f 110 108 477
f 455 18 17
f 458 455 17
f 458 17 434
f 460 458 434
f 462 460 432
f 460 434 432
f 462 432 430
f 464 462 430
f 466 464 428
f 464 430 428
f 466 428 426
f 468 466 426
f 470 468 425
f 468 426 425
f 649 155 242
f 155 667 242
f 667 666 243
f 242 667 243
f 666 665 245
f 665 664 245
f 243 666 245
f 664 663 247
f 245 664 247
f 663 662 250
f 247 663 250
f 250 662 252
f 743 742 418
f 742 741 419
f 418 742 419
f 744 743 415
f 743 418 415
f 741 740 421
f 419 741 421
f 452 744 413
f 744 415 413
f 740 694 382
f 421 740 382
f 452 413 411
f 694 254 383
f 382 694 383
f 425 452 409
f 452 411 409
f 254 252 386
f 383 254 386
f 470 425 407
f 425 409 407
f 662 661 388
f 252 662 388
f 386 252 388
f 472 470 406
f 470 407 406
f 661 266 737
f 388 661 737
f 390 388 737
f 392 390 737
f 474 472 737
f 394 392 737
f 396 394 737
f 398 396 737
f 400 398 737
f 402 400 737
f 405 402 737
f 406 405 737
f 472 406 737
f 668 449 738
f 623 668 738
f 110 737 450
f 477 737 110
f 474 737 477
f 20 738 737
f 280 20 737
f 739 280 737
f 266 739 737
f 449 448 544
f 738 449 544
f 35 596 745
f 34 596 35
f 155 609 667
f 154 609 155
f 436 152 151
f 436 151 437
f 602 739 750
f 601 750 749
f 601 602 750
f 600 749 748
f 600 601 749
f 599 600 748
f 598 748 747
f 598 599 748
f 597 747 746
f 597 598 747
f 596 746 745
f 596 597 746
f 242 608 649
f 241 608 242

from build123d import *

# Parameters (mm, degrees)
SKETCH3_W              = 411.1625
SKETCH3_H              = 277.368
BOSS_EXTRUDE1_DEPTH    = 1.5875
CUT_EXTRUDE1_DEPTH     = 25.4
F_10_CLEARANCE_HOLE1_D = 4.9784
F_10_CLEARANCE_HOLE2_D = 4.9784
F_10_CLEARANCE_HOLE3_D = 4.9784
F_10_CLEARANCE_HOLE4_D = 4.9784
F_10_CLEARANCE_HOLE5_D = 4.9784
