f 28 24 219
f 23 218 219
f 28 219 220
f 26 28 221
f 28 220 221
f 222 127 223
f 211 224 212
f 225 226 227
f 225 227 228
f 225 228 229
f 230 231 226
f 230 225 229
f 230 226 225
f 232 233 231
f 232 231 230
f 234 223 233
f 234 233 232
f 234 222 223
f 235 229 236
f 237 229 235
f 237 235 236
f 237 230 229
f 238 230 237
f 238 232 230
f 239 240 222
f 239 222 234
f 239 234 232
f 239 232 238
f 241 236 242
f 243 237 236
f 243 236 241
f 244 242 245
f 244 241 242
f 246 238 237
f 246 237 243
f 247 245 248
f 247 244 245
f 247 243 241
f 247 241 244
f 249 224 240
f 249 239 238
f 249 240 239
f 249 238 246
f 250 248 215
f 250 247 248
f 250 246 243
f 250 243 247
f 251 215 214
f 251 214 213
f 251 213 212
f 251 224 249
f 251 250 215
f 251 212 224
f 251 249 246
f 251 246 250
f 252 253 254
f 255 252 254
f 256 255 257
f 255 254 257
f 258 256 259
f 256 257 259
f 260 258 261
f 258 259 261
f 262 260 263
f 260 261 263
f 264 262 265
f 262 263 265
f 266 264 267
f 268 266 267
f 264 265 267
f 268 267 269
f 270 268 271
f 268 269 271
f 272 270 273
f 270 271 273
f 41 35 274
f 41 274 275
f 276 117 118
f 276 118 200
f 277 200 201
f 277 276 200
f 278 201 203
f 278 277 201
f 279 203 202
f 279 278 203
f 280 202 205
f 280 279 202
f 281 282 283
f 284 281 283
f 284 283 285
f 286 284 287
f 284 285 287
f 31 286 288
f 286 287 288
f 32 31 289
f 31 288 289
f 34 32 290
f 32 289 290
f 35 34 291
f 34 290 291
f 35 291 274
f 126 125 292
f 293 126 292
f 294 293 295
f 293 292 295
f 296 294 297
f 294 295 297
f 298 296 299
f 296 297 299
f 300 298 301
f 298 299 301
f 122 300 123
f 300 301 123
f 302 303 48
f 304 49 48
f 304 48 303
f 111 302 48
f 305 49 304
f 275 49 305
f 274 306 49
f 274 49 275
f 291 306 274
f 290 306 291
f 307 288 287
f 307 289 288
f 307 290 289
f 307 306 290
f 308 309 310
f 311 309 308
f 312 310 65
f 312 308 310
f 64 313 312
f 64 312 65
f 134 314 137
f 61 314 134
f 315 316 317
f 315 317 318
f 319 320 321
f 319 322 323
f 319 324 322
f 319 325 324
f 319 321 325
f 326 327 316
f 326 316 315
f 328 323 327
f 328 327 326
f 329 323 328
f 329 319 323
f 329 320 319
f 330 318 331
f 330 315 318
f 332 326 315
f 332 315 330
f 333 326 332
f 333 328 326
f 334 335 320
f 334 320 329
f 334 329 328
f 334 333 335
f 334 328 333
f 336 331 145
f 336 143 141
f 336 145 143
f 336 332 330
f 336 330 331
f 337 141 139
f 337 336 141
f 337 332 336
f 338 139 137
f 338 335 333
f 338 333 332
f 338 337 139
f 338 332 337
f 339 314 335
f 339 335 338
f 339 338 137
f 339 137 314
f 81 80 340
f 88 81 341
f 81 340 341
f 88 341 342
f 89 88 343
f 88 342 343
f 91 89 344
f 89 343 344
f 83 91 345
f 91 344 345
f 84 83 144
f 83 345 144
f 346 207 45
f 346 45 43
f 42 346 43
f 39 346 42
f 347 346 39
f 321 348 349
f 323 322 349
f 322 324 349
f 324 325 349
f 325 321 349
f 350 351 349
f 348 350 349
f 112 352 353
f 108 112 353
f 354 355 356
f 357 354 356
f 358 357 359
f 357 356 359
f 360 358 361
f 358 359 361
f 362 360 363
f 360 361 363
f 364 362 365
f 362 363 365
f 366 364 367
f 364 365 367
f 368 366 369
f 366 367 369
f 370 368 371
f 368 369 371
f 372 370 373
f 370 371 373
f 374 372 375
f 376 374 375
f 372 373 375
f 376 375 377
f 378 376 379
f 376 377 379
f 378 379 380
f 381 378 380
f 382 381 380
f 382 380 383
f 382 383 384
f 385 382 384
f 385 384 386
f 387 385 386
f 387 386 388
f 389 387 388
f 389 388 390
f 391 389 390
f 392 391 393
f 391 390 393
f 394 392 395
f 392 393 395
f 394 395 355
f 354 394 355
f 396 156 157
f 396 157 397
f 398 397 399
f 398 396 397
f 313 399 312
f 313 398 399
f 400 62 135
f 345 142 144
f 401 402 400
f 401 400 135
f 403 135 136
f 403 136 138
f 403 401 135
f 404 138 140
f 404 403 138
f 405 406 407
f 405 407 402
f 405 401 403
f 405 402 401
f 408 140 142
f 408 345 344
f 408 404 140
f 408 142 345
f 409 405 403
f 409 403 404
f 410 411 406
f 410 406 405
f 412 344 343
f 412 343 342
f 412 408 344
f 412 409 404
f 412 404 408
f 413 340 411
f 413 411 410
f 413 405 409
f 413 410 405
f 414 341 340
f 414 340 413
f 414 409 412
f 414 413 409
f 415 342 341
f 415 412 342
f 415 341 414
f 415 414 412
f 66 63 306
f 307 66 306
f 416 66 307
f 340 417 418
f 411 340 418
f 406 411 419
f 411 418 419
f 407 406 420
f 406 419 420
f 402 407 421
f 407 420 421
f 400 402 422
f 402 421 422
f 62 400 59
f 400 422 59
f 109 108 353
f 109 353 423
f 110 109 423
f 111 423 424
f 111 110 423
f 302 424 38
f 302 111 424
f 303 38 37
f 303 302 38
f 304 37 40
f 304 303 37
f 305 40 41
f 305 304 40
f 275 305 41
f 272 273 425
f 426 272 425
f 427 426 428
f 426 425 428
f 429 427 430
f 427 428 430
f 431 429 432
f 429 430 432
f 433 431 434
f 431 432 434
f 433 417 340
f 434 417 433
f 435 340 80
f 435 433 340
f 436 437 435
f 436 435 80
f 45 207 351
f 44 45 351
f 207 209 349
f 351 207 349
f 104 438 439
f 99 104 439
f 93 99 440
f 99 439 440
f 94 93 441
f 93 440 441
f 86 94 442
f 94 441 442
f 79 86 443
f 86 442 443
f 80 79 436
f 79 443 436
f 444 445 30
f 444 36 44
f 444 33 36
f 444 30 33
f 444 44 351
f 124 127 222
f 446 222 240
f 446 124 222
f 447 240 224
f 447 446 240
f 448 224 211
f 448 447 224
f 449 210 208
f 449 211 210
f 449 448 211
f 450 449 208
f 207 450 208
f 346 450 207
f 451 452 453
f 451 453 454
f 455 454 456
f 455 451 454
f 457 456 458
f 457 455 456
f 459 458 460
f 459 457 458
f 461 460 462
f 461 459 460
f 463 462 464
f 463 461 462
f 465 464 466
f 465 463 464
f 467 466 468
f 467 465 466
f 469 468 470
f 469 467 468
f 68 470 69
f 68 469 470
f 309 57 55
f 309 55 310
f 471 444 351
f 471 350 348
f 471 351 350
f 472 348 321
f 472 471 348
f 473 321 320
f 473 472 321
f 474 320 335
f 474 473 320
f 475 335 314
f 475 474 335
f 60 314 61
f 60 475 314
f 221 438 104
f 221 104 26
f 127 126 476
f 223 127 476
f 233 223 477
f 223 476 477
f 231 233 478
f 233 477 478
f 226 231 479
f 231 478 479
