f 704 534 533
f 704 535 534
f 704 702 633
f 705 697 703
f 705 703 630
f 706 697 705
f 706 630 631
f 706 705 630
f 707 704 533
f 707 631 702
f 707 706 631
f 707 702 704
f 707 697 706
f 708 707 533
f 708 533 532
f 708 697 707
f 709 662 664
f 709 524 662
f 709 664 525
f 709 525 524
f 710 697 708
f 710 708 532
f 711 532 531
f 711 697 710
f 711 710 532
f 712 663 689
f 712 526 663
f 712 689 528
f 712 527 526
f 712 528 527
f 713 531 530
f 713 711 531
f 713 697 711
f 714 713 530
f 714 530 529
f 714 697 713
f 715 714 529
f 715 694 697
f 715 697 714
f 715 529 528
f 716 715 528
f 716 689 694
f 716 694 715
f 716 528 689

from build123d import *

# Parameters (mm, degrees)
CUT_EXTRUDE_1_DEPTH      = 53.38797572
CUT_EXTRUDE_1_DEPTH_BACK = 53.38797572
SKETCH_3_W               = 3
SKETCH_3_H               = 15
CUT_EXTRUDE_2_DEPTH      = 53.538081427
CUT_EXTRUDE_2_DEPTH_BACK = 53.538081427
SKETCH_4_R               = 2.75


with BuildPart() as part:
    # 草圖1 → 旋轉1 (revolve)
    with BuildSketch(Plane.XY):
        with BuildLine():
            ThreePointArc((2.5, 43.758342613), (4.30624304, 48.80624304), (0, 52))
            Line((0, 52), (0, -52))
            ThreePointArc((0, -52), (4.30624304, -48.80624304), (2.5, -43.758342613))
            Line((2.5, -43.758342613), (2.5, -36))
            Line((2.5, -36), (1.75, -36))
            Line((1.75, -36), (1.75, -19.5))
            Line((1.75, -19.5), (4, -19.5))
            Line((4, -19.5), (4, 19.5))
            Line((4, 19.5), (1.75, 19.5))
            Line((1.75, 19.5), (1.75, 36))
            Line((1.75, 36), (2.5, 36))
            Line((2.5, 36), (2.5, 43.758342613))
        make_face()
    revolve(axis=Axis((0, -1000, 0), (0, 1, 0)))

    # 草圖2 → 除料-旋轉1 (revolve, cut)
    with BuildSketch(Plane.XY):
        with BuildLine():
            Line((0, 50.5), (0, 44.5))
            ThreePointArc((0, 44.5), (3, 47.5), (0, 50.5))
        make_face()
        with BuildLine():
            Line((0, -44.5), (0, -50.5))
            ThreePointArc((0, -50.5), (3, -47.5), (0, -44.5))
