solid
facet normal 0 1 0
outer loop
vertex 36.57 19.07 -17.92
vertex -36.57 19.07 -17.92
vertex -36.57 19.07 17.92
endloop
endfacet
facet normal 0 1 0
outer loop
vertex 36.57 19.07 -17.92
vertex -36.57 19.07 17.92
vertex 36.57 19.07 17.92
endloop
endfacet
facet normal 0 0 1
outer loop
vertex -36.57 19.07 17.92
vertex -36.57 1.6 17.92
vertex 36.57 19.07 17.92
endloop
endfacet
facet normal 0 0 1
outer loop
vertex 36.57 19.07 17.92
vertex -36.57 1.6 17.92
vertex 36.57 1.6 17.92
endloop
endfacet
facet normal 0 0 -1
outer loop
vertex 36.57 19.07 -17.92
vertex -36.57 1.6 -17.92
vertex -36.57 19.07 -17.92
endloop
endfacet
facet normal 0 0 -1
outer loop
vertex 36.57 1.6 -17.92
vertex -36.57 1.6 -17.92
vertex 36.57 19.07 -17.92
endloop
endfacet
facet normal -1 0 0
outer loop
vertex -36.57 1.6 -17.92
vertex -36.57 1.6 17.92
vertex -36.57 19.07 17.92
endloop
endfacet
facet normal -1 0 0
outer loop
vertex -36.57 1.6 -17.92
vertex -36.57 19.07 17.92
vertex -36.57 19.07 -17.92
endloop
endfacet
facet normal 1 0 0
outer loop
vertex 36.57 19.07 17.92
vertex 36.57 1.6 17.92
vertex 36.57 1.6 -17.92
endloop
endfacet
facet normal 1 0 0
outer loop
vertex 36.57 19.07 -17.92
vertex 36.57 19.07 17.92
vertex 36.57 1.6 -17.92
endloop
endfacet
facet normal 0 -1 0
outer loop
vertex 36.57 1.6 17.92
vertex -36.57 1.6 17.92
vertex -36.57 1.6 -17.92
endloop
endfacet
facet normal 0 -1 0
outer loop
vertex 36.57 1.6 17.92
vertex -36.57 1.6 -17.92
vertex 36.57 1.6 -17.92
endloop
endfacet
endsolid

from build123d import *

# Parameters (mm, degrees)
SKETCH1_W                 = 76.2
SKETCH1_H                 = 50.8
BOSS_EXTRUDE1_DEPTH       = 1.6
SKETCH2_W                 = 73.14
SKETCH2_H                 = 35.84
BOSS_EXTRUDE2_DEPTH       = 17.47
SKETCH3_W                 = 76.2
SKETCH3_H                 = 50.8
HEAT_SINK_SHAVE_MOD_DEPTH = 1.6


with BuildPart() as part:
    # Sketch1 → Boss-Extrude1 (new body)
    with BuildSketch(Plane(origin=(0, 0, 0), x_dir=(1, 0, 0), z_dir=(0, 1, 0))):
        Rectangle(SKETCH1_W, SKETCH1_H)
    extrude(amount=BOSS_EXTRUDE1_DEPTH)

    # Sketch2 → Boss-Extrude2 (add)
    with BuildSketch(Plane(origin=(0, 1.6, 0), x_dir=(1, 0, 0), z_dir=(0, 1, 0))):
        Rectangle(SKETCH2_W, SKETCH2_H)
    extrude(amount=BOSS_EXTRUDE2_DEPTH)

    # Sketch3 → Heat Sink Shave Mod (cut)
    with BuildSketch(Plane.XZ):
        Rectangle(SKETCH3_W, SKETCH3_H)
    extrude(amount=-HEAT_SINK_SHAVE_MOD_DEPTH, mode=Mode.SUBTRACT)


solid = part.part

--------------------------------

What to produce >> Produce only the lines from the line containing "f 328 327 326" through the line containing "f 303 302 38", inclusive of both, exactly as they stand in the entries above.

Response >>
f 328 327 326
f 329 323 328
f 329 319 323
f 329 320 319
f 330 318 331
f 330 315 318
f 332 326 315
f 332 315 330
f 333 326 332
f 333 328 326
f 334 335 320
f 334 320 329
f 334 329 328
f 334 333 335
f 334 328 333
f 336 331 145
f 336 143 141
f 336 145 143
f 336 332 330
f 336 330 331
f 337 141 139
f 337 336 141
f 337 332 336
f 338 139 137
f 338 335 333
f 338 333 332
f 338 337 139
f 338 332 337
f 339 314 335
f 339 335 338
f 339 338 137
f 339 137 314
f 81 80 340
f 88 81 341
f 81 340 341
f 88 341 342
f 89 88 343
f 88 342 343
f 91 89 344
f 89 343 344
f 83 91 345
f 91 344 345
f 84 83 144
f 83 345 144
f 346 207 45
f 346 45 43
f 42 346 43
f 39 346 42
f 347 346 39
f 321 348 349
f 323 322 349
f 322 324 349
f 324 325 349
f 325 321 349
f 350 351 349
f 348 350 349
f 112 352 353
f 108 112 353
f 354 355 356
f 357 354 356
f 358 357 359
f 357 356 359
f 360 358 361
f 358 359 361
f 362 360 363
f 360 361 363
f 364 362 365
f 362 363 365
f 366 364 367
f 364 365 367
f 368 366 369
f 366 367 369
f 370 368 371
f 368 369 371
f 372 370 373
f 370 371 373
f 374 372 375
f 376 374 375
f 372 373 375
f 376 375 377
f 378 376 379
f 376 377 379
f 378 379 380
f 381 378 380
f 382 381 380
f 382 380 383
f 382 383 384
f 385 382 384
f 385 384 386
f 387 385 386
f 387 386 388
f 389 387 388
f 389 388 390
f 391 389 390
f 392 391 393
f 391 390 393
f 394 392 395
f 392 393 395
f 394 395 355
f 354 394 355
f 396 156 157
f 396 157 397
f 398 397 399
f 398 396 397
f 313 399 312
f 313 398 399
f 400 62 135
f 345 142 144
f 401 402 400
f 401 400 135
f 403 135 136
f 403 136 138
f 403 401 135
f 404 138 140
f 404 403 138
f 405 406 407
f 405 407 402
f 405 401 403
f 405 402 401
f 408 140 142
f 408 345 344
f 408 404 140
f 408 142 345
f 409 405 403
f 409 403 404
f 410 411 406
f 410 406 405
f 412 344 343
f 412 343 342
f 412 408 344
f 412 409 404
f 412 404 408
f 413 340 411
f 413 411 410
f 413 405 409
f 413 410 405
f 414 341 340
f 414 340 413
f 414 409 412
f 414 413 409
f 415 342 341
f 415 412 342
f 415 341 414
f 415 414 412
f 66 63 306
f 307 66 306
f 416 66 307
f 340 417 418
f 411 340 418
f 406 411 419
f 411 418 419
f 407 406 420
f 406 419 420
f 402 407 421
f 407 420 421
f 400 402 422
f 402 421 422
f 62 400 59
f 400 422 59
f 109 108 353
f 109 353 423
f 110 109 423
f 111 423 424
f 111 110 423
f 302 424 38
f 302 111 424
f 303 38 37
f 303 302 38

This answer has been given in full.